**TASK DESCRIPTION**
With the material below, print exactly the lines between the line holding "#145=ADVANCED_FACE('',(#143),#144,.F.);" and the line holding "#173=ORIENTED_EDGE('',*,*,#127,.T.);", inclusive. Add nothing else.

*** Opening of INPUT DATA ***

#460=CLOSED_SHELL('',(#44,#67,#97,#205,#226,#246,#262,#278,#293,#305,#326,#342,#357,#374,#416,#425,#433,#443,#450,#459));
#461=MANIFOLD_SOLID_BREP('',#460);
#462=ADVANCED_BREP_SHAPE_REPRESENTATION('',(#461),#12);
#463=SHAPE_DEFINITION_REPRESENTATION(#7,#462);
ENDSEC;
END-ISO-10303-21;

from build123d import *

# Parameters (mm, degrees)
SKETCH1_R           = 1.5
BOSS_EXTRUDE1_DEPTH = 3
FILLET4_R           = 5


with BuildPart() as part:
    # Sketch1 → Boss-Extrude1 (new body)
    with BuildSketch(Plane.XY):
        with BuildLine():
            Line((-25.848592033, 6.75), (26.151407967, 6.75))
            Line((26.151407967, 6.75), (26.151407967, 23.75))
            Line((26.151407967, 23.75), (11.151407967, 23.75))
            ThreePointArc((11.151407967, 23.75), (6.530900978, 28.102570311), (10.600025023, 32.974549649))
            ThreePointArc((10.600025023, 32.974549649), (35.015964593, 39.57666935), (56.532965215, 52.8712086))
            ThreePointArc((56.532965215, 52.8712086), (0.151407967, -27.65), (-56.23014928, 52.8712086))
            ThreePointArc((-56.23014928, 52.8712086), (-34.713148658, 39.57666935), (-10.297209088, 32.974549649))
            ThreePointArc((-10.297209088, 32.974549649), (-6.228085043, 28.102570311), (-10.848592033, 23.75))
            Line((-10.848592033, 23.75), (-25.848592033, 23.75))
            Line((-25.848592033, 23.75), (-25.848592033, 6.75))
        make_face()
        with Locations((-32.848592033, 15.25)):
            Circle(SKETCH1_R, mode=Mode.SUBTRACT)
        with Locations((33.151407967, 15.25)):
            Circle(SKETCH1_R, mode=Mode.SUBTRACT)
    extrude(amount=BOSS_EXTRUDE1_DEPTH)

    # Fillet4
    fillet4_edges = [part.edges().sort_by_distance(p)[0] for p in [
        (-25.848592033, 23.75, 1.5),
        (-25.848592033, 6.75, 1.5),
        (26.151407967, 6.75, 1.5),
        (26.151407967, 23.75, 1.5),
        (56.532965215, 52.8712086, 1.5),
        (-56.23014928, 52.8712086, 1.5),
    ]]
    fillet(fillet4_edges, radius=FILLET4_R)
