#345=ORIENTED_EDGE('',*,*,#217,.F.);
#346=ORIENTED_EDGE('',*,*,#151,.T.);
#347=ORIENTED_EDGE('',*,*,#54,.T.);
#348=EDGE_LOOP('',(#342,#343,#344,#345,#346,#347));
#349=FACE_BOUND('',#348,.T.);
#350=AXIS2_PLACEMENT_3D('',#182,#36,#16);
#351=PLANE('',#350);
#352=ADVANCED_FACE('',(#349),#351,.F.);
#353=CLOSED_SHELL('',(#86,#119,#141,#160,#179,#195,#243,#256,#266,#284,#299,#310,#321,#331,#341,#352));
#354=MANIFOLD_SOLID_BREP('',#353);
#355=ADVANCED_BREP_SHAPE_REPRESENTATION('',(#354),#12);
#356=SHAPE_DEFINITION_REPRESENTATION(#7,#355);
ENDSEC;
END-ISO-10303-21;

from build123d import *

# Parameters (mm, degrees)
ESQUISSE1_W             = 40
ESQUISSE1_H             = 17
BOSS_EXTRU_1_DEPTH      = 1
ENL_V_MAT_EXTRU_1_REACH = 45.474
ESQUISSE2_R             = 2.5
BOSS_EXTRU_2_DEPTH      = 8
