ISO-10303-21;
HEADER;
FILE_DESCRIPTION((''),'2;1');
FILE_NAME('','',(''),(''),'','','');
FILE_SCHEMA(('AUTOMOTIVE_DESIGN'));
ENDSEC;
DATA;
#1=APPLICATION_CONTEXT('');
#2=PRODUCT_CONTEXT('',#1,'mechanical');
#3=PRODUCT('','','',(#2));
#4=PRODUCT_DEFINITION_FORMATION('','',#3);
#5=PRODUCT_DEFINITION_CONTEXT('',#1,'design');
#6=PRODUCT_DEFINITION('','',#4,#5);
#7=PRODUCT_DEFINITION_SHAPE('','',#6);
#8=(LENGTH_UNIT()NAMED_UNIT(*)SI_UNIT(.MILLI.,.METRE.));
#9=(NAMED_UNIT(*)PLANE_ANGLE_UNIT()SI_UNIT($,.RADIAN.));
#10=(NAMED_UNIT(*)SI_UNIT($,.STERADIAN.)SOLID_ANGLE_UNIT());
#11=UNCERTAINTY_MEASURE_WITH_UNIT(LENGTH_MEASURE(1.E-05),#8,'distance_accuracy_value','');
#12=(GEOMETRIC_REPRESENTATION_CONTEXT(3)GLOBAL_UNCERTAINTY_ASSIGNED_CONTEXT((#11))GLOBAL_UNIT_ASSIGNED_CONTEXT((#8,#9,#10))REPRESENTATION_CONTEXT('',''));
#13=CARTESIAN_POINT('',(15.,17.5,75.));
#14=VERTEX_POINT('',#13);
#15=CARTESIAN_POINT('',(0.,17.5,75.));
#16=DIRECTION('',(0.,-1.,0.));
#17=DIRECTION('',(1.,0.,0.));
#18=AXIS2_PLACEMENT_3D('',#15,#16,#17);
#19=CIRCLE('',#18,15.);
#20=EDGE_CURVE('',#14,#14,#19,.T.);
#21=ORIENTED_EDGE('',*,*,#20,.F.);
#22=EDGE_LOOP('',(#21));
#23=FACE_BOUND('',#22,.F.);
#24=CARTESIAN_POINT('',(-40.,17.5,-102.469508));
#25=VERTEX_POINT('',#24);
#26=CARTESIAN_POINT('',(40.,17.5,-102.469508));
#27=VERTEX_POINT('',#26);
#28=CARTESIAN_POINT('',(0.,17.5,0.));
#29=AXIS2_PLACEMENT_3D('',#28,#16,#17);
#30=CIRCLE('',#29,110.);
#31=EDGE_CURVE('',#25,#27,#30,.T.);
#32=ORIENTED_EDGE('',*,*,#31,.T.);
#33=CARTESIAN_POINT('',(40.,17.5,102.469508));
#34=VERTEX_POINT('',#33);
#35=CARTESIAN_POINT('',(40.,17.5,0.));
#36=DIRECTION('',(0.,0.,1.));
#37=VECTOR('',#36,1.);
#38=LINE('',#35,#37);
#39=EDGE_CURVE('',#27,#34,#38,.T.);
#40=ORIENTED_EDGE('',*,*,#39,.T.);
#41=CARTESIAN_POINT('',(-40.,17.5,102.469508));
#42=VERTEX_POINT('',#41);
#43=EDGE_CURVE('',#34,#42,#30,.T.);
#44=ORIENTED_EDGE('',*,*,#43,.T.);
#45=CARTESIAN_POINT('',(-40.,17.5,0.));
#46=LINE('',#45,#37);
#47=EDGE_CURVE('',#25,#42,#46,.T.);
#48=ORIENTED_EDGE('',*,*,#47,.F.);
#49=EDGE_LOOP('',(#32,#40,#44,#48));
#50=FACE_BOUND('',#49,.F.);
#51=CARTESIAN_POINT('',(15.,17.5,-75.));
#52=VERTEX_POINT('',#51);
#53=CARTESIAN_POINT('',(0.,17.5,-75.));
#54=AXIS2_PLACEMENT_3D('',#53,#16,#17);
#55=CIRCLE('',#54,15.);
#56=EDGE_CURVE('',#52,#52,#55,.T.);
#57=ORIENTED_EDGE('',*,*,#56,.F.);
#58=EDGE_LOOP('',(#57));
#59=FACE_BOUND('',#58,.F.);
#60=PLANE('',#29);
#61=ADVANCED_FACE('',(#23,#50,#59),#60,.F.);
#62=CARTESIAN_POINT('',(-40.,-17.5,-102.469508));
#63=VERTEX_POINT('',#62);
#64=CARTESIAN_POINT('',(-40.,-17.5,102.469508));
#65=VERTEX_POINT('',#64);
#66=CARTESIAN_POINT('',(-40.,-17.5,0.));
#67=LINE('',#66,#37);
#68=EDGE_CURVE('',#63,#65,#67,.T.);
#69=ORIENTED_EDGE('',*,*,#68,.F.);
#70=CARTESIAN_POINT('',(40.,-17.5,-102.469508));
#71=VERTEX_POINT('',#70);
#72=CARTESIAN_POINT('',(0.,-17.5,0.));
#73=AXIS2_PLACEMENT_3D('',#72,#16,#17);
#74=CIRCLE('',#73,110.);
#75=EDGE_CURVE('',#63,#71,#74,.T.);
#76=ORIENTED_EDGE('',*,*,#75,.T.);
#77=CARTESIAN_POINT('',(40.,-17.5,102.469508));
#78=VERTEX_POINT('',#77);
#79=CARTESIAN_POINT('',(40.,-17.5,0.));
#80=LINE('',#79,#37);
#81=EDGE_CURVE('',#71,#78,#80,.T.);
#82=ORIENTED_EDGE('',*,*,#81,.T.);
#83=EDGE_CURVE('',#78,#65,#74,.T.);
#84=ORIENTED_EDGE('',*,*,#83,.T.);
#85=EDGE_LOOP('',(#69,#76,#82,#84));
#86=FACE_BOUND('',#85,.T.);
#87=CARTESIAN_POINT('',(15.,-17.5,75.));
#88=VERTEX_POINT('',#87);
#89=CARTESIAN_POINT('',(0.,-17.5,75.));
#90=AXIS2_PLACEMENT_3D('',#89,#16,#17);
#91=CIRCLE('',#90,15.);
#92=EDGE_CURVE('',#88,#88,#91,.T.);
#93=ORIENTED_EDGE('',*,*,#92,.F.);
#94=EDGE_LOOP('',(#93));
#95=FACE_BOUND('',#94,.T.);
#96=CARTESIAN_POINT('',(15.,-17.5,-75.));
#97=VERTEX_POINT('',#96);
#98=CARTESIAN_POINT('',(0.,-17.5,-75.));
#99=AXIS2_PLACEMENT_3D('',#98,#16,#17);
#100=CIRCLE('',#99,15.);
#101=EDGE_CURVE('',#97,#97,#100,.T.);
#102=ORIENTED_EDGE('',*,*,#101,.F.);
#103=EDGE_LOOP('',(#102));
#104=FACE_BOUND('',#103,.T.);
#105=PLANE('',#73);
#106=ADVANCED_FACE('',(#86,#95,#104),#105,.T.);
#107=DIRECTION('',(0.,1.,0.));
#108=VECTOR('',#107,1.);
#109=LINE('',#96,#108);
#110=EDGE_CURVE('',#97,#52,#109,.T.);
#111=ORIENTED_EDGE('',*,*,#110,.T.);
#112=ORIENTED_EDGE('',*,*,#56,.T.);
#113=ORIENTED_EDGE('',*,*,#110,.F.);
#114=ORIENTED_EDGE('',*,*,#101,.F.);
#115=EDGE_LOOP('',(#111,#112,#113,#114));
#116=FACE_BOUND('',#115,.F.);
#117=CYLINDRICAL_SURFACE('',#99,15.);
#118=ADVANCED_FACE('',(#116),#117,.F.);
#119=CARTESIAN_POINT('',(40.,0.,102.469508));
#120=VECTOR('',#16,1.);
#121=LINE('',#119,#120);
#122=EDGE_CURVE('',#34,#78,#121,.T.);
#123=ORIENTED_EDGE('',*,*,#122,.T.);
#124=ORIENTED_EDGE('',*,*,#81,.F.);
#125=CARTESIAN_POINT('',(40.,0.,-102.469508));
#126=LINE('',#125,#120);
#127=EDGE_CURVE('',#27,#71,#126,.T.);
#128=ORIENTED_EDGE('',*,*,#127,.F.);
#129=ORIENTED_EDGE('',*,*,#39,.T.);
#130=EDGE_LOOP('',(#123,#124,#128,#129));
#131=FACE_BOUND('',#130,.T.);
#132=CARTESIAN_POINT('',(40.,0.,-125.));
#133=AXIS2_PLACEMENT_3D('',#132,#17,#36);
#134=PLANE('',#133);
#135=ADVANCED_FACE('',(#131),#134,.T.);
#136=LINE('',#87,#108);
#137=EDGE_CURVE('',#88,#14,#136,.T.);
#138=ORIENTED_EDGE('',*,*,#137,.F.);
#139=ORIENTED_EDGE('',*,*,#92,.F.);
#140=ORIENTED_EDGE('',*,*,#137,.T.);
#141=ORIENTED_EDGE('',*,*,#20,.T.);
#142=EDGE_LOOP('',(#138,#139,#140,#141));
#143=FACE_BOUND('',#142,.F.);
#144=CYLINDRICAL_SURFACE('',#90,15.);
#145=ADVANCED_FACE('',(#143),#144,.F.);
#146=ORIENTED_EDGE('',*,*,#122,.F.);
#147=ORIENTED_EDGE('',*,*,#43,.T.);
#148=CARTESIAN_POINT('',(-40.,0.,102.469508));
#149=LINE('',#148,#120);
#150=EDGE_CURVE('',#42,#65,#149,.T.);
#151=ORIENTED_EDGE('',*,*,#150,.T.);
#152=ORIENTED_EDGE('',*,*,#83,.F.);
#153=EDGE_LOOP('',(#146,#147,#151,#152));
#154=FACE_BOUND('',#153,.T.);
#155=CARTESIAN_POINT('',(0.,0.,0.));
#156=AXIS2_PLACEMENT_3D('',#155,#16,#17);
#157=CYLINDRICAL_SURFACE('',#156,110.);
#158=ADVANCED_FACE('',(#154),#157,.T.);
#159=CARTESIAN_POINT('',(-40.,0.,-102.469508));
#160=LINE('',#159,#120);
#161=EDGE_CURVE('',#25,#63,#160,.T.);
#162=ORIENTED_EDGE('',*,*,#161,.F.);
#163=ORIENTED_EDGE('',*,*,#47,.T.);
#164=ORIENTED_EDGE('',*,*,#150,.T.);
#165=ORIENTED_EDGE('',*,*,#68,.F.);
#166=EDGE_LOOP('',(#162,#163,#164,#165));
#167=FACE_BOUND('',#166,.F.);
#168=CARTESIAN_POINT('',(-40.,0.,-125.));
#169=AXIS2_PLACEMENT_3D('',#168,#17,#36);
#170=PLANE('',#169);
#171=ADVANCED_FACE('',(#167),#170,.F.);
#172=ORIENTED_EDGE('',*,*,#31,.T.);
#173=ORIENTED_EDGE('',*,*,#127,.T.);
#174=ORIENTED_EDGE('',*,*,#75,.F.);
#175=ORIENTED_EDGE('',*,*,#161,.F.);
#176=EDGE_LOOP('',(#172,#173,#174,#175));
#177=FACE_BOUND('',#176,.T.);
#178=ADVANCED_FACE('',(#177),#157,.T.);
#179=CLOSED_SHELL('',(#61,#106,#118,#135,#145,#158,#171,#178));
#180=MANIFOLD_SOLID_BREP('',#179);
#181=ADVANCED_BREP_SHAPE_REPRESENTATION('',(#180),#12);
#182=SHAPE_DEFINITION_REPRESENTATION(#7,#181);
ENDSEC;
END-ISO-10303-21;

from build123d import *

# Parameters (mm, degrees)
SKETCH001_R  = 110
PAD001_DEPTH = 20
SKETCH_W     = 80
SKETCH_H     = 250
PAD_DEPTH    = 17.5
SKETCH002_R  = 15
POCKET_DEPTH = 35.001


with BuildPart() as pad001:
    # Sketch001 → Pad001 (new body, symmetric)
    with BuildSketch(Plane.XZ):
        Circle(SKETCH001_R)
    extrude(amount=PAD001_DEPTH, both=True)


with BuildPart() as pocket:
    # Sketch → Pad (new body, symmetric)
    with BuildSketch(Plane.XZ):
        Rectangle(SKETCH_W, SKETCH_H)
    extrude(amount=PAD_DEPTH, both=True)

    # Common: intersect Pad001
    add(pad001.part, mode=Mode.INTERSECT)

    # Sketch002 → Pocket (cut, through all)
    with BuildSketch(Plane.XZ.offset(17.5)):
        with Locations((0, 75)):
            Circle(SKETCH002_R)
        with Locations((0, -75)):
            Circle(SKETCH002_R)
    extrude(amount=-POCKET_DEPTH, mode=Mode.SUBTRACT)


solid = pocket.part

*** Close of INPUT DATA ***

**ANSWER FOR THE TASK**
#145=ADVANCED_FACE('',(#143),#144,.F.);
#146=ORIENTED_EDGE('',*,*,#122,.F.);
#147=ORIENTED_EDGE('',*,*,#43,.T.);
#148=CARTESIAN_POINT('',(-40.,0.,102.469508));
#149=LINE('',#148,#120);
#150=EDGE_CURVE('',#42,#65,#149,.T.);
#151=ORIENTED_EDGE('',*,*,#150,.T.);
#152=ORIENTED_EDGE('',*,*,#83,.F.);
#153=EDGE_LOOP('',(#146,#147,#151,#152));
#154=FACE_BOUND('',#153,.T.);
#155=CARTESIAN_POINT('',(0.,0.,0.));
#156=AXIS2_PLACEMENT_3D('',#155,#16,#17);
#157=CYLINDRICAL_SURFACE('',#156,110.);
#158=ADVANCED_FACE('',(#154),#157,.T.);
#159=CARTESIAN_POINT('',(-40.,0.,-102.469508));
#160=LINE('',#159,#120);
#161=EDGE_CURVE('',#25,#63,#160,.T.);
#162=ORIENTED_EDGE('',*,*,#161,.F.);
#163=ORIENTED_EDGE('',*,*,#47,.T.);
#164=ORIENTED_EDGE('',*,*,#150,.T.);
#165=ORIENTED_EDGE('',*,*,#68,.F.);
#166=EDGE_LOOP('',(#162,#163,#164,#165));
#167=FACE_BOUND('',#166,.F.);
#168=CARTESIAN_POINT('',(-40.,0.,-125.));
#169=AXIS2_PLACEMENT_3D('',#168,#17,#36);
#170=PLANE('',#169);
#171=ADVANCED_FACE('',(#167),#170,.F.);
#172=ORIENTED_EDGE('',*,*,#31,.T.);
#173=ORIENTED_EDGE('',*,*,#127,.T.);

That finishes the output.